What's the goal of crossing a flavum to this plant? I'm just curious. 

The flower is pretty, for sure, and it looks like it has decent shape.


----------



## John M (Mar 27, 2017)

Beautiful!


----------



## Chicago Chad (Mar 27, 2017)

> What's the goal of crossing a flavum to this plant? I'm just curious.

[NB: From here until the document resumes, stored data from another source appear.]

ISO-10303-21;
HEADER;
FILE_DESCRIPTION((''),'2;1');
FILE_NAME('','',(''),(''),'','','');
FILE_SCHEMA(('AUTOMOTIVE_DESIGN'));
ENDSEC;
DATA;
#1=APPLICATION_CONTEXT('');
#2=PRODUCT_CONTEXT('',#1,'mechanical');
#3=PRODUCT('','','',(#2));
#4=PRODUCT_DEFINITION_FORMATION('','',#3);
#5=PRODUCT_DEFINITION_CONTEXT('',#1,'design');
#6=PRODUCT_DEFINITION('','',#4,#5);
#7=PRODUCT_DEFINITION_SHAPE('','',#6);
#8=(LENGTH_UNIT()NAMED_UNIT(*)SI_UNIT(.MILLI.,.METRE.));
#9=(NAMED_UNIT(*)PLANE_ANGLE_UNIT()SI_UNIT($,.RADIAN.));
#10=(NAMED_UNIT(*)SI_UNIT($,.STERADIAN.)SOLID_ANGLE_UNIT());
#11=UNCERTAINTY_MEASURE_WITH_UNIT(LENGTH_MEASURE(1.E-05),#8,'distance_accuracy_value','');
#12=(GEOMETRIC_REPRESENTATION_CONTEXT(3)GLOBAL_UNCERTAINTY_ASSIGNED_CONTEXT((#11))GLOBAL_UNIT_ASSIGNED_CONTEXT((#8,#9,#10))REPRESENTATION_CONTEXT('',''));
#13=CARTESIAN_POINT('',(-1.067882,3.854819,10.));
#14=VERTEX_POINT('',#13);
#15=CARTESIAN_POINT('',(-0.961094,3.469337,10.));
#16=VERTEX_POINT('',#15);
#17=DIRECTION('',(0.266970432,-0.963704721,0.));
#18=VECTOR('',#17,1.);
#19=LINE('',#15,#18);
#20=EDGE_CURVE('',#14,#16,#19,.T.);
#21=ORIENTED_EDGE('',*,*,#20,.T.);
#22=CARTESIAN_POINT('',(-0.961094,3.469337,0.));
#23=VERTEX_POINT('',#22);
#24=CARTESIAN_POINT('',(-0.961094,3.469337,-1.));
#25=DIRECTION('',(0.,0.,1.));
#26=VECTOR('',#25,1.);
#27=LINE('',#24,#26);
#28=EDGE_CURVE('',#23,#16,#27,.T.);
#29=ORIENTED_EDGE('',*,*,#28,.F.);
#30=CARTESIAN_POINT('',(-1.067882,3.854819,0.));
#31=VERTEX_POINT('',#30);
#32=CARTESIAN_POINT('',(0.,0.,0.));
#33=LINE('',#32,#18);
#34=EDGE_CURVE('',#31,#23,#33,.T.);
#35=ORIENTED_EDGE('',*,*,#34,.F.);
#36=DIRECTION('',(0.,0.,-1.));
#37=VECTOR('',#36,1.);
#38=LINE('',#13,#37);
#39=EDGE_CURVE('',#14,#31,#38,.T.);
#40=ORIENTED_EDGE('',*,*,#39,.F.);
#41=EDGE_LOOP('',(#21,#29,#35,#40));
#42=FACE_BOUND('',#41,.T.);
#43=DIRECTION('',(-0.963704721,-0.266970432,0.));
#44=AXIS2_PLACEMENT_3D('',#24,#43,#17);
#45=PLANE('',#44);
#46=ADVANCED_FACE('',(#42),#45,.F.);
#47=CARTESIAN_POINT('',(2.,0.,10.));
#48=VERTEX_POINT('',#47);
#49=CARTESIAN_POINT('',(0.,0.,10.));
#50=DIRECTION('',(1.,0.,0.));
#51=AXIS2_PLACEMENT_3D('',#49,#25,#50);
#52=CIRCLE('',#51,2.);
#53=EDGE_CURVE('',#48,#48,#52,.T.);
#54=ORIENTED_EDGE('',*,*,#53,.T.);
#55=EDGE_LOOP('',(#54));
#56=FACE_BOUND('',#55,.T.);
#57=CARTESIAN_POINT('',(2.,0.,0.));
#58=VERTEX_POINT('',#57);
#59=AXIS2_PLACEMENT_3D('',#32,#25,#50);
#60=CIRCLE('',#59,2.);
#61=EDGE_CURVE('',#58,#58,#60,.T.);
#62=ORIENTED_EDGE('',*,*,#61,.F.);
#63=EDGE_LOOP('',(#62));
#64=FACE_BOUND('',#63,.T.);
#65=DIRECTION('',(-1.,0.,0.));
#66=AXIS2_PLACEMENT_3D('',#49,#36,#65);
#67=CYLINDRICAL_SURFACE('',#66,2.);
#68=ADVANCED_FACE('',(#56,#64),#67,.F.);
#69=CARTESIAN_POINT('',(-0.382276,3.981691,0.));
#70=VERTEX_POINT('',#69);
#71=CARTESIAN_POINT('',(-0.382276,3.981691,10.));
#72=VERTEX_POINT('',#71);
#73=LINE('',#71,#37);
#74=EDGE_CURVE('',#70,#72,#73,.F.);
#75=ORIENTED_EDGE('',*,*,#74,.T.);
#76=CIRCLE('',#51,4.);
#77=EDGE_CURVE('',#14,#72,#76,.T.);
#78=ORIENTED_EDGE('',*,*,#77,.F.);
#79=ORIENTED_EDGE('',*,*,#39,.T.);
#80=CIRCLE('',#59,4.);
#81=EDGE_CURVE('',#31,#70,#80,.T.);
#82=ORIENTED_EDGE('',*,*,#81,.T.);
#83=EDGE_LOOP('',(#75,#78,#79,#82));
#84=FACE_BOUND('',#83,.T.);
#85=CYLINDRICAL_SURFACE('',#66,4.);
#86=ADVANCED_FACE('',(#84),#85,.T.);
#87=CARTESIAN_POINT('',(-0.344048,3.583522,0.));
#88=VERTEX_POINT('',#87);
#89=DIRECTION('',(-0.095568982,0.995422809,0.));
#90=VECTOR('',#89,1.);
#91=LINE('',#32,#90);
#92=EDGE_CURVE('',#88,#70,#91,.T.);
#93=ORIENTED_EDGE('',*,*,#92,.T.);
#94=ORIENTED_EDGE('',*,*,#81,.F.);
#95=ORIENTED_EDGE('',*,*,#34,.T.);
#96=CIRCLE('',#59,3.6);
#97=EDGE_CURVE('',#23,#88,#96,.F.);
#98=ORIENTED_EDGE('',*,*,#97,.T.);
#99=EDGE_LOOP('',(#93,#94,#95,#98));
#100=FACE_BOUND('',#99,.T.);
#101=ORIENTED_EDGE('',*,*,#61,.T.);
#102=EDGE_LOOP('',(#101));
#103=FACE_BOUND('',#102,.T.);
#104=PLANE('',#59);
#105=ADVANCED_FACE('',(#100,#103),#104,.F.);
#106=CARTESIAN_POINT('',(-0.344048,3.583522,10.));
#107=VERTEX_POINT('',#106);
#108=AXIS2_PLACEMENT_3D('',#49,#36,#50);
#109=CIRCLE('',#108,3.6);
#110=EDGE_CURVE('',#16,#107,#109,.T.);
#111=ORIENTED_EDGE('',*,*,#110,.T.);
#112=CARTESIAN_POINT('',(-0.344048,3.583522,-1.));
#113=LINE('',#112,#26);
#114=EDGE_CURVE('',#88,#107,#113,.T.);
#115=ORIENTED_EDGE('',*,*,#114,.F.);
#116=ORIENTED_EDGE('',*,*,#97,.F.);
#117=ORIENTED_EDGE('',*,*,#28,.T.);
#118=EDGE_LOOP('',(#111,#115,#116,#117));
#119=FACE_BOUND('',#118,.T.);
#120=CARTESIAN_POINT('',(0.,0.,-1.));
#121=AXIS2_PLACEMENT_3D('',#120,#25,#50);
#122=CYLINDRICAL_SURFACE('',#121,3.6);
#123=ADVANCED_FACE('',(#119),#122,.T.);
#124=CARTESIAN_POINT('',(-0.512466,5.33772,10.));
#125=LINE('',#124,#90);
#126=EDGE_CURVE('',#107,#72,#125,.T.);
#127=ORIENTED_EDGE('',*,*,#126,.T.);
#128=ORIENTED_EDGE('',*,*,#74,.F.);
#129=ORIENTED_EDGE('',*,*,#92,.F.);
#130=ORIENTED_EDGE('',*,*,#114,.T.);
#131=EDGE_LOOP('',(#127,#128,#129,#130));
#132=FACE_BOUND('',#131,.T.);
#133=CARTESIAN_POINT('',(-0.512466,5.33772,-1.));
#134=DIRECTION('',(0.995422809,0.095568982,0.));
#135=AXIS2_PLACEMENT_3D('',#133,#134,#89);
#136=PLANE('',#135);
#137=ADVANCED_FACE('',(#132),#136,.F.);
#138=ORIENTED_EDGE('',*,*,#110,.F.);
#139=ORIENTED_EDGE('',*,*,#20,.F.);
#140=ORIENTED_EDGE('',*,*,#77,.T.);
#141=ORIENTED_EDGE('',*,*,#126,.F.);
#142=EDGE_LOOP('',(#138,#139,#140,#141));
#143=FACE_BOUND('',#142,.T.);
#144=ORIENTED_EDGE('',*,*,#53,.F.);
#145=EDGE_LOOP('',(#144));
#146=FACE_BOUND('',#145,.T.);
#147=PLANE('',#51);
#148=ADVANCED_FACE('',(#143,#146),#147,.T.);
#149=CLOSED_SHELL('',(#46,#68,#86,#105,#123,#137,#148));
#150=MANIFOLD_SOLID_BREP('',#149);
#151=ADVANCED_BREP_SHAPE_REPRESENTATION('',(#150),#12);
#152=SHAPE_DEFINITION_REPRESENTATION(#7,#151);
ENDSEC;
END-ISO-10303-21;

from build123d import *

# Parameters (mm, degrees)
SKETCH1_R           = 4
SKETCH1_R_2         = 2
BOSS_EXTRUDE1_DEPTH = 10
CUT_EXTRUDE1_DEPTH  = 11


with BuildPart() as part:
    # Sketch1 → Boss-Extrude1 (new body)
    with BuildSketch(Plane.XY):
        Circle(SKETCH1_R)
        Circle(SKETCH1_R_2, mode=Mode.SUBTRACT)
    extrude(amount=BOSS_EXTRUDE1_DEPTH)

    # Sketch2 → Cut-Extrude1 (cut)
    with BuildSketch(Plane.XY.offset(10)):
        with BuildLine():
            Line((-0.961093553, 3.469336995), (-1.43156592, 5.16763908))
            ThreePointArc((-1.43156592, 5.16763908), (-0.975728957, 5.272743844), (-0.512466108, 5.337719844))
            Line((-0.512466108, 5.337719844), (-0.344048336, 3.583522114))
            ThreePointArc((-0.344048336, 3.583522114), (-0.65506366, 3.539899942), (-0.961093553, 3.469336995))
        make_face()
    extrude(amount=-CUT_EXTRUDE1_DEPTH, mode=Mode.SUBTRACT)


solid = part.part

Color variation with some paler oranges but I am not set on it. Just a thought


----------



## Ozpaph (Mar 27, 2017)

The F2 cross might yield flavums with better shape and growth


----------



## Dandrobium (Mar 27, 2017)

Thats a very nice one! Great shape and nice color too


----------



## abax (Mar 27, 2017)

Very, VERY nice. The wide petals make this one stand out
quite well.


----------



## Peru (Mar 28, 2017)

Amazing! tnx for sharing!


----------



## SlipperFan (Mar 29, 2017)

Very nice cross!


----------



## NYEric (Apr 1, 2017)

Yay besseae. Don't muddle them. A better cross for strength and vigor would be x dalessandroi.


----------



## OrchidIsa (Apr 1, 2017)

What a perfect phrag!! :clap:


----------



## blondie (Apr 1, 2017)

What a beauty great plant and flower you have


----------



## eaborne (Apr 1, 2017)

Beautiful!


----------



## Tom-DE (Apr 3, 2017)

Nice photos of a lovely species.


----------



## Mark Karayannis (Apr 4, 2017)

Very nice indeed. Thanks for sharing


----------



## Phrag-Plus (Apr 5, 2017)

Very nice one!


----------



## SlipperKing (Apr 5, 2017)

Nice bessie. Whatcha gonna call your clone?


----------



## Kawarthapine (Apr 6, 2017)

Lovely.

Thanks for posting.


----------